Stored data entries

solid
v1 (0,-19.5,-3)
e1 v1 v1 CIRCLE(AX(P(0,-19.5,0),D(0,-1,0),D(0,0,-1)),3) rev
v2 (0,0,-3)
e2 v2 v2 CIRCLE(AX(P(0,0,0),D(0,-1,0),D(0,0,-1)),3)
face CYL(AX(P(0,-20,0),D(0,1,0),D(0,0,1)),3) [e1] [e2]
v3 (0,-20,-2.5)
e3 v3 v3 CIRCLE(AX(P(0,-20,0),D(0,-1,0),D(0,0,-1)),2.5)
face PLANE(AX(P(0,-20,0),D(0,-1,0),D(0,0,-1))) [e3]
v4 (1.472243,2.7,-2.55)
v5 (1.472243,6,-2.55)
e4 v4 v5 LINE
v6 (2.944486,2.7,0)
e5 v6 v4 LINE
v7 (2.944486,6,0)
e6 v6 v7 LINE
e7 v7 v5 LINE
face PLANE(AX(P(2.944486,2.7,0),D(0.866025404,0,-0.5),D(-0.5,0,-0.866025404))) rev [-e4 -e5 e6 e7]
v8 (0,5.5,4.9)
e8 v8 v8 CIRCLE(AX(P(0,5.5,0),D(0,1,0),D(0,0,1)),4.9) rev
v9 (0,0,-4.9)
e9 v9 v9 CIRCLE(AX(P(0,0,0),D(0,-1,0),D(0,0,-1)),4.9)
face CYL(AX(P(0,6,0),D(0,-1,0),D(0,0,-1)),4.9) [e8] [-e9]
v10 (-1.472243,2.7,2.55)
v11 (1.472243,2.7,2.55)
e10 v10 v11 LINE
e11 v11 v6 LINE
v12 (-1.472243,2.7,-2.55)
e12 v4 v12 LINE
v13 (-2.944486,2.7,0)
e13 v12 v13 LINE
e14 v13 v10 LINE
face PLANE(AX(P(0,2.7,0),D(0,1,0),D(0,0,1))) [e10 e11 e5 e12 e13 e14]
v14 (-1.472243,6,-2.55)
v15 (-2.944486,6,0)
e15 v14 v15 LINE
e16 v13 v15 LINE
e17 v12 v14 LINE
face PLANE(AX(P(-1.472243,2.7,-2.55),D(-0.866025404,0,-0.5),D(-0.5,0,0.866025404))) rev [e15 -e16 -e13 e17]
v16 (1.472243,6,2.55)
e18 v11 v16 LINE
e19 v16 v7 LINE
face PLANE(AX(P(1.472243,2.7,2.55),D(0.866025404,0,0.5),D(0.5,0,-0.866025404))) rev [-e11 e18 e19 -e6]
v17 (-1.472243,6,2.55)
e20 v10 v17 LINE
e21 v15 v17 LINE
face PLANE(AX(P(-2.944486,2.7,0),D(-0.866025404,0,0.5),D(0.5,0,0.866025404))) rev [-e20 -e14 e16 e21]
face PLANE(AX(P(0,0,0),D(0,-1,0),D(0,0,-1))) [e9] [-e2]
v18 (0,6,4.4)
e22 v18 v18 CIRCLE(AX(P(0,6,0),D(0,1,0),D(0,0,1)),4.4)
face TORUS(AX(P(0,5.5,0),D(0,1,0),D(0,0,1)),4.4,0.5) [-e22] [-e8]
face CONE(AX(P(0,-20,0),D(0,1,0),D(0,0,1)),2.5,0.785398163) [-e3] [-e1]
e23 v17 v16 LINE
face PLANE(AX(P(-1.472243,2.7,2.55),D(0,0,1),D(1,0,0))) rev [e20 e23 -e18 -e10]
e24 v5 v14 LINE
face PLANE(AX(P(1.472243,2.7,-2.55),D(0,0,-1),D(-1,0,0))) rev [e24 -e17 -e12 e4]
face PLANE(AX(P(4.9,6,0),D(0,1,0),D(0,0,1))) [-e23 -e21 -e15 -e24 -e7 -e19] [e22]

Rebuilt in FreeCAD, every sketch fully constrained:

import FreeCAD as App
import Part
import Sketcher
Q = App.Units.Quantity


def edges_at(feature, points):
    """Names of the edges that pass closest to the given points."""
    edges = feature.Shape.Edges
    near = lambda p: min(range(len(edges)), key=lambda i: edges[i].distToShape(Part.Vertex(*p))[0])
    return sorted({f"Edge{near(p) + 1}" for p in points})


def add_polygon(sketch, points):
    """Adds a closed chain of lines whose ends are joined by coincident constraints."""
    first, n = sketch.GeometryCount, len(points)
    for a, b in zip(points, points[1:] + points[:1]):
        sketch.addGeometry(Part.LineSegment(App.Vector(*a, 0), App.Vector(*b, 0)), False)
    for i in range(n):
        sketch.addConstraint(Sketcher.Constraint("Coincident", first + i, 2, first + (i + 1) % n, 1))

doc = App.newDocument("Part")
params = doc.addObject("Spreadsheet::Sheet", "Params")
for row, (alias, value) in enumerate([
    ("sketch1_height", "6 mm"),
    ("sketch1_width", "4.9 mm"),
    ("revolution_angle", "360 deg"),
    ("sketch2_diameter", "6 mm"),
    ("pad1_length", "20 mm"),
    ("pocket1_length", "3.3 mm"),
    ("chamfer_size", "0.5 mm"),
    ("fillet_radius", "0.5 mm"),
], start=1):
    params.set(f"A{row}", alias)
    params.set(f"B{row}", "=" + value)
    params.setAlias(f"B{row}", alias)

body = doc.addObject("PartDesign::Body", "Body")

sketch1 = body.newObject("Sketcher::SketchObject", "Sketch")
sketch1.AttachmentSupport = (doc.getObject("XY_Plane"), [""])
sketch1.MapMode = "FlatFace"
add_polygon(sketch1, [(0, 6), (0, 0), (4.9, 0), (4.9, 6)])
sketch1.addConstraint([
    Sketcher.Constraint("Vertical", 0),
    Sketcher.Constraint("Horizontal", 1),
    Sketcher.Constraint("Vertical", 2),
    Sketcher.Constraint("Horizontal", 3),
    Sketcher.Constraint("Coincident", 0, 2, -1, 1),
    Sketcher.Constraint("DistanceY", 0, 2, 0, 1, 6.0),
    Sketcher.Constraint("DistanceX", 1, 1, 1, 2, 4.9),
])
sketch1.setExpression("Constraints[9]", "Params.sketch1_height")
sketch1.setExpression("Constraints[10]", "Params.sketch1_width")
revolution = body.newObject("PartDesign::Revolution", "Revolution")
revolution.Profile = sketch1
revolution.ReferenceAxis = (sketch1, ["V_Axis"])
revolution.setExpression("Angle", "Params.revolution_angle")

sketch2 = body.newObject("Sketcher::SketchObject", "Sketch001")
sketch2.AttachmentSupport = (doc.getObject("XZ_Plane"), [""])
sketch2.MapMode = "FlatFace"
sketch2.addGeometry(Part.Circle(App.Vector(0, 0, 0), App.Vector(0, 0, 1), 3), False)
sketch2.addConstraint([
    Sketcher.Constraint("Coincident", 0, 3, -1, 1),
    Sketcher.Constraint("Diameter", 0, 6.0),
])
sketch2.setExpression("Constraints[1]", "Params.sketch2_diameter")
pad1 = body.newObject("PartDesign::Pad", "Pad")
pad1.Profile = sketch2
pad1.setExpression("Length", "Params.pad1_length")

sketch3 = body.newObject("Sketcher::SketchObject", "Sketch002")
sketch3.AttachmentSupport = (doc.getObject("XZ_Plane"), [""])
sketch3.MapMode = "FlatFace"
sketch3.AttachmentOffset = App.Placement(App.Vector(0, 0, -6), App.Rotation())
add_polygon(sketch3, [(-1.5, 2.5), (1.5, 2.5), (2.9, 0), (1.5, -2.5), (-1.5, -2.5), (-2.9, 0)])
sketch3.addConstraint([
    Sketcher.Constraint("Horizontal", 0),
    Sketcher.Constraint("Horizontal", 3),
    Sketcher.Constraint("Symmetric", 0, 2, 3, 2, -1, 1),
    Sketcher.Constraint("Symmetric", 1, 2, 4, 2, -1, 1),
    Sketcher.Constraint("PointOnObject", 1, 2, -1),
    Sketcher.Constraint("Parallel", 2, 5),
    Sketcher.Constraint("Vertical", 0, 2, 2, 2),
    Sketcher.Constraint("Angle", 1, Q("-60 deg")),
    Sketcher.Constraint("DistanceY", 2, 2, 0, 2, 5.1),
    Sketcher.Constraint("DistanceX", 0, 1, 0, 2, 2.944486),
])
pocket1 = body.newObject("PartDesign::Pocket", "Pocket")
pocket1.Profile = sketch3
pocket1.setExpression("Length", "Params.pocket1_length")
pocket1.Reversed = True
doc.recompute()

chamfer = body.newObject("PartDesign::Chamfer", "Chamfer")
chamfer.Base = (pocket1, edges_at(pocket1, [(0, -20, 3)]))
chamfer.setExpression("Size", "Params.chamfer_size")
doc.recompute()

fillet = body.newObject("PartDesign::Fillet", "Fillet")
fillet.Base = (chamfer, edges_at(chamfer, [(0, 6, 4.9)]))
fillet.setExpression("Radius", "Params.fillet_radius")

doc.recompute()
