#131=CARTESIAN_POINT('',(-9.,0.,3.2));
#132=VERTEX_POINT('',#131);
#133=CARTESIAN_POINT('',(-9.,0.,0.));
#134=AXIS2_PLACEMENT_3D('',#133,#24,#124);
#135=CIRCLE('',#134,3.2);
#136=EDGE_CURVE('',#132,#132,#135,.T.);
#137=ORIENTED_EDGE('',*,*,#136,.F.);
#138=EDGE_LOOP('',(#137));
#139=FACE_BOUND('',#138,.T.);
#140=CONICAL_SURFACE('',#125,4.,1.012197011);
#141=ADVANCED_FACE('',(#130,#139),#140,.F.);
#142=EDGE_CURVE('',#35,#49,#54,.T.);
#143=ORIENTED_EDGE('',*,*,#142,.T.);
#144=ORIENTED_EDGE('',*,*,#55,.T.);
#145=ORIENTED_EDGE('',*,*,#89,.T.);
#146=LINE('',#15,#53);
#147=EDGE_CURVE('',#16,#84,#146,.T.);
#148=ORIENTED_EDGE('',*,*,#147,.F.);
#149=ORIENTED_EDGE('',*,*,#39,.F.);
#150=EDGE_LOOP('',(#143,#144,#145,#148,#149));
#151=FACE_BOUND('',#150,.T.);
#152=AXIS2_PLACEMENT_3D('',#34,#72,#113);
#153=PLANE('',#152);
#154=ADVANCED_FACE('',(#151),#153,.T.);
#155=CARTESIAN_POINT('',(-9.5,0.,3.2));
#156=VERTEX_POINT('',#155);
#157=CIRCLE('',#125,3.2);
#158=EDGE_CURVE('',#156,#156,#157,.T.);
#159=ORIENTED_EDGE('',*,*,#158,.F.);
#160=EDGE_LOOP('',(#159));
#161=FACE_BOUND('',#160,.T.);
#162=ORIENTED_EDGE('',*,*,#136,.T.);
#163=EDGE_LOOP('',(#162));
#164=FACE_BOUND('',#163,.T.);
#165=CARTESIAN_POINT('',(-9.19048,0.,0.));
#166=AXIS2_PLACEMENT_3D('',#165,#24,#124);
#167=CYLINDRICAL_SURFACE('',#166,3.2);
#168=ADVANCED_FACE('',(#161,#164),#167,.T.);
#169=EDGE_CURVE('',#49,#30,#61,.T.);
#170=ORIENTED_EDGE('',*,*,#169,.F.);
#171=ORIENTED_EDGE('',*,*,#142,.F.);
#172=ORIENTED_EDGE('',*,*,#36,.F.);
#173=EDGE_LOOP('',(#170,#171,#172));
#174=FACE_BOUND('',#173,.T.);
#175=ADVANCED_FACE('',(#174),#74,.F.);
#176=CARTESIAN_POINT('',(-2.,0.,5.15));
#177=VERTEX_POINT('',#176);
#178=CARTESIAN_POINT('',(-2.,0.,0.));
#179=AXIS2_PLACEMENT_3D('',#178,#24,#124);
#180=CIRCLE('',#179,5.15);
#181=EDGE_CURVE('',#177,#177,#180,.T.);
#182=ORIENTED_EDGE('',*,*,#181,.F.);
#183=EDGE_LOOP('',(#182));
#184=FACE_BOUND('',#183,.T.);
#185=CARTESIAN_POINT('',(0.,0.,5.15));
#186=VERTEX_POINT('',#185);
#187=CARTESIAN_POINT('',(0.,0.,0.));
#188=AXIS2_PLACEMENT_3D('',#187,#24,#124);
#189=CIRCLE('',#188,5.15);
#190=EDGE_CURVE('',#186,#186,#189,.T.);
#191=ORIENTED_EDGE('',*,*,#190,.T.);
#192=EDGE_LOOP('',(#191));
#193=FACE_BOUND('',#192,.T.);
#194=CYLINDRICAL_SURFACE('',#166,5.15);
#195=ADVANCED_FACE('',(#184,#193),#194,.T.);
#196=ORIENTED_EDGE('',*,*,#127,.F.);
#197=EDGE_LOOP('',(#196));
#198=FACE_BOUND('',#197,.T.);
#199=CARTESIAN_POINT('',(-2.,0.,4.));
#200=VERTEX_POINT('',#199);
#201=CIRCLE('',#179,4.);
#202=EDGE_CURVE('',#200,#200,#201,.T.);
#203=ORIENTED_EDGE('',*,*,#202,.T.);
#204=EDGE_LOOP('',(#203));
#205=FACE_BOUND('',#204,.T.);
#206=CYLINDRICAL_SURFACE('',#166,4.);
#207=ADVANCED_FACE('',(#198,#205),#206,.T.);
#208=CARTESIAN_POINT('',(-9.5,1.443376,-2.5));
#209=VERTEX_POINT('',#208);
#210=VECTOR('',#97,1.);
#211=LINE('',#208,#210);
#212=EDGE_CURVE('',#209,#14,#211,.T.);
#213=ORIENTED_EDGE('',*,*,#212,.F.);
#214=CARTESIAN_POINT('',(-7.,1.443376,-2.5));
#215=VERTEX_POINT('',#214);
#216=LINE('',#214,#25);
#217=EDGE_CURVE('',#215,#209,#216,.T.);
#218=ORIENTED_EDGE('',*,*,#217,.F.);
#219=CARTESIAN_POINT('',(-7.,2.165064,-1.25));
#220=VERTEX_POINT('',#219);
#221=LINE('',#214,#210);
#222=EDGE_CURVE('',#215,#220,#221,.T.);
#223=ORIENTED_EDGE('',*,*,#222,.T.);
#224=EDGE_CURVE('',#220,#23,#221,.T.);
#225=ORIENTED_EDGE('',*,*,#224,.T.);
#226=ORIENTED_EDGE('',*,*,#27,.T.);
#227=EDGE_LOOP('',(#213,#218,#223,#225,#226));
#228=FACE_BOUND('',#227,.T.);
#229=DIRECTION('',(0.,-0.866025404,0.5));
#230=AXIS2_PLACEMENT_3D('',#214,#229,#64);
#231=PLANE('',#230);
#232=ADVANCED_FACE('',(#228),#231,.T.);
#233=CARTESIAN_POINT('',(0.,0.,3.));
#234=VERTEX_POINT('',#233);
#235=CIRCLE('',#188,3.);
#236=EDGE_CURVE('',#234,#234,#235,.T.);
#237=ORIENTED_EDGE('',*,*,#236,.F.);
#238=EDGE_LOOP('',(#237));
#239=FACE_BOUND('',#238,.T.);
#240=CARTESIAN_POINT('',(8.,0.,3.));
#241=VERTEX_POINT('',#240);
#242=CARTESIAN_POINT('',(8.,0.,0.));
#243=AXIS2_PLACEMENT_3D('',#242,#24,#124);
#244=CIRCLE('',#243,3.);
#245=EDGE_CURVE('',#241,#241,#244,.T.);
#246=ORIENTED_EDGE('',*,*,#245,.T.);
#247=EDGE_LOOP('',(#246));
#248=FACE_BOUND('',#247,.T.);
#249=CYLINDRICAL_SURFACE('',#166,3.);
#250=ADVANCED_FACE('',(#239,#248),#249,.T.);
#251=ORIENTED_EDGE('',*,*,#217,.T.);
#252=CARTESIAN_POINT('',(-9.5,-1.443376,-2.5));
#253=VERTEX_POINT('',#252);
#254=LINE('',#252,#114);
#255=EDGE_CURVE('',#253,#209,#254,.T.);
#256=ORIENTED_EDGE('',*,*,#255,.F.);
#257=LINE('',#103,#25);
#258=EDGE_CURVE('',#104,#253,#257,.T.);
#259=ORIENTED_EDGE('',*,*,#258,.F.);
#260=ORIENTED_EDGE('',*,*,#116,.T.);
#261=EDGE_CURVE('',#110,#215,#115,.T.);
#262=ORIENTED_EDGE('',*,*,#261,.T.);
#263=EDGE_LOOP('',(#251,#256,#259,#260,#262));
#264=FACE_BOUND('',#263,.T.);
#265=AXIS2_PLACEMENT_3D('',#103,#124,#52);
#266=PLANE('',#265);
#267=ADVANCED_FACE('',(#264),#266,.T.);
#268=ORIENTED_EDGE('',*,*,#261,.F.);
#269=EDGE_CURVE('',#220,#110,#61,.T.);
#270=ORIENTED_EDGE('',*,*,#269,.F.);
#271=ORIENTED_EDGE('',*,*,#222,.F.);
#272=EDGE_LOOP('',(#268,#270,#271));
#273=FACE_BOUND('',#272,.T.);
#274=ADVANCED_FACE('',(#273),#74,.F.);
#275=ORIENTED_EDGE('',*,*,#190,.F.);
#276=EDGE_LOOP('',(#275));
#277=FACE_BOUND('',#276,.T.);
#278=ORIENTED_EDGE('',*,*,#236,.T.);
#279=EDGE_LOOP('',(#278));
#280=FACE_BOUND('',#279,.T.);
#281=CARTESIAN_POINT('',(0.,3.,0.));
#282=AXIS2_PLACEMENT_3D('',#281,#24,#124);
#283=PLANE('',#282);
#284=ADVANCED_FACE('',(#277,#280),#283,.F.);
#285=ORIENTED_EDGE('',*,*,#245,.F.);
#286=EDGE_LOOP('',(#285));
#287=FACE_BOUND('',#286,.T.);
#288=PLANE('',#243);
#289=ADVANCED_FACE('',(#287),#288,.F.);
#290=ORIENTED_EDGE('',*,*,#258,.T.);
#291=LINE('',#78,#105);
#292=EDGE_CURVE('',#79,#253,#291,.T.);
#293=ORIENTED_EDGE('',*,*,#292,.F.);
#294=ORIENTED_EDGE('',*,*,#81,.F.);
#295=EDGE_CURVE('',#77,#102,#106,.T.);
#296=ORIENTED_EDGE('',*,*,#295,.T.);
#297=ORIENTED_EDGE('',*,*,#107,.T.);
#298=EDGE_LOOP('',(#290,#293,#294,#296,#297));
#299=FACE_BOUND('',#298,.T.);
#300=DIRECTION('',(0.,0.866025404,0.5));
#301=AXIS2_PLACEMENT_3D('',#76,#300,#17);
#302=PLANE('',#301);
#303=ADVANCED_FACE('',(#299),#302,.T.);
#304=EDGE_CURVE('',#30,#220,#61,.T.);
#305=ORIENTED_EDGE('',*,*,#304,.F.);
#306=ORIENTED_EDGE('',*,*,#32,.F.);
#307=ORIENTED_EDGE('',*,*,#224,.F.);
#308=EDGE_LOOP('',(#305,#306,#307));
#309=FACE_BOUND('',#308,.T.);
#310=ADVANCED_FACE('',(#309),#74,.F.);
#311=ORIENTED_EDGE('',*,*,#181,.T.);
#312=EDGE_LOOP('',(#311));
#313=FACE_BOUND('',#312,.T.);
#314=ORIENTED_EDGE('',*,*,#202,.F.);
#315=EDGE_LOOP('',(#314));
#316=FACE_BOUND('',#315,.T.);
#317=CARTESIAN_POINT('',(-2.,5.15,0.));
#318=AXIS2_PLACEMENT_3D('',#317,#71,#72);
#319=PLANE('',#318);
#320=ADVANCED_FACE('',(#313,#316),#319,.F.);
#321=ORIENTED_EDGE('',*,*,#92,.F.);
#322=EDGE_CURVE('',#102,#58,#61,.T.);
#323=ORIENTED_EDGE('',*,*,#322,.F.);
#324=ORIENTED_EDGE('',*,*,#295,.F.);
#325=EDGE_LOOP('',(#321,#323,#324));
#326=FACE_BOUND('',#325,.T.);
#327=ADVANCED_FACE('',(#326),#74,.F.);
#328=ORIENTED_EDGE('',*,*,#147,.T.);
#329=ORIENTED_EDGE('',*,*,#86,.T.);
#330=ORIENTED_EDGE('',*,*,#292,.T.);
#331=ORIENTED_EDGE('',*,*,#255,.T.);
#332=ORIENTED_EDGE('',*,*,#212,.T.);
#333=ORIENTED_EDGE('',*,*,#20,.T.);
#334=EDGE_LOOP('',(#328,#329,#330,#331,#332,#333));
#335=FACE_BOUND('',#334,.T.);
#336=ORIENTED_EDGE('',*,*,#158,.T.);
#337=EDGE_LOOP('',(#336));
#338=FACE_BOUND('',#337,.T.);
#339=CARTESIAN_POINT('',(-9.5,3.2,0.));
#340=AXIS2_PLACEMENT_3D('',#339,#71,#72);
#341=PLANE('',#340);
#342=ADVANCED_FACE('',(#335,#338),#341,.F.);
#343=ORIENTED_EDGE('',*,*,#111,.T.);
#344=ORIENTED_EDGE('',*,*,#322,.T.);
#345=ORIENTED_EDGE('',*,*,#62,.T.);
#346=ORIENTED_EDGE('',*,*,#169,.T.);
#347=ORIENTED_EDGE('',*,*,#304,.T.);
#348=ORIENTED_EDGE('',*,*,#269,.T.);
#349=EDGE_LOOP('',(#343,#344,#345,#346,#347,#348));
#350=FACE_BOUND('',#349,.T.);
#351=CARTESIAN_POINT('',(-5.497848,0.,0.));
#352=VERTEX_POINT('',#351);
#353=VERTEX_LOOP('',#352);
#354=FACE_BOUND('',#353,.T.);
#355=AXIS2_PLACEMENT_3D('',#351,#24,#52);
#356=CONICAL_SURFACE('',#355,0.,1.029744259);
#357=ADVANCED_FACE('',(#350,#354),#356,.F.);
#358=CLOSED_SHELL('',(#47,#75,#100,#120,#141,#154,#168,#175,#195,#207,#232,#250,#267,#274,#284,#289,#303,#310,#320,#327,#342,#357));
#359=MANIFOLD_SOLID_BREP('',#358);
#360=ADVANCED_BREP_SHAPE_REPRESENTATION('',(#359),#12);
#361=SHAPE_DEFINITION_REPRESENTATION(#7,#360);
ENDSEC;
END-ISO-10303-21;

REQUIREMENT:
Copy out every line of the data where the word "DIRECTION" occurs.

RESULT:
#229=DIRECTION('',(0.,-0.866025404,0.5));
#300=DIRECTION('',(0.,0.866025404,0.5));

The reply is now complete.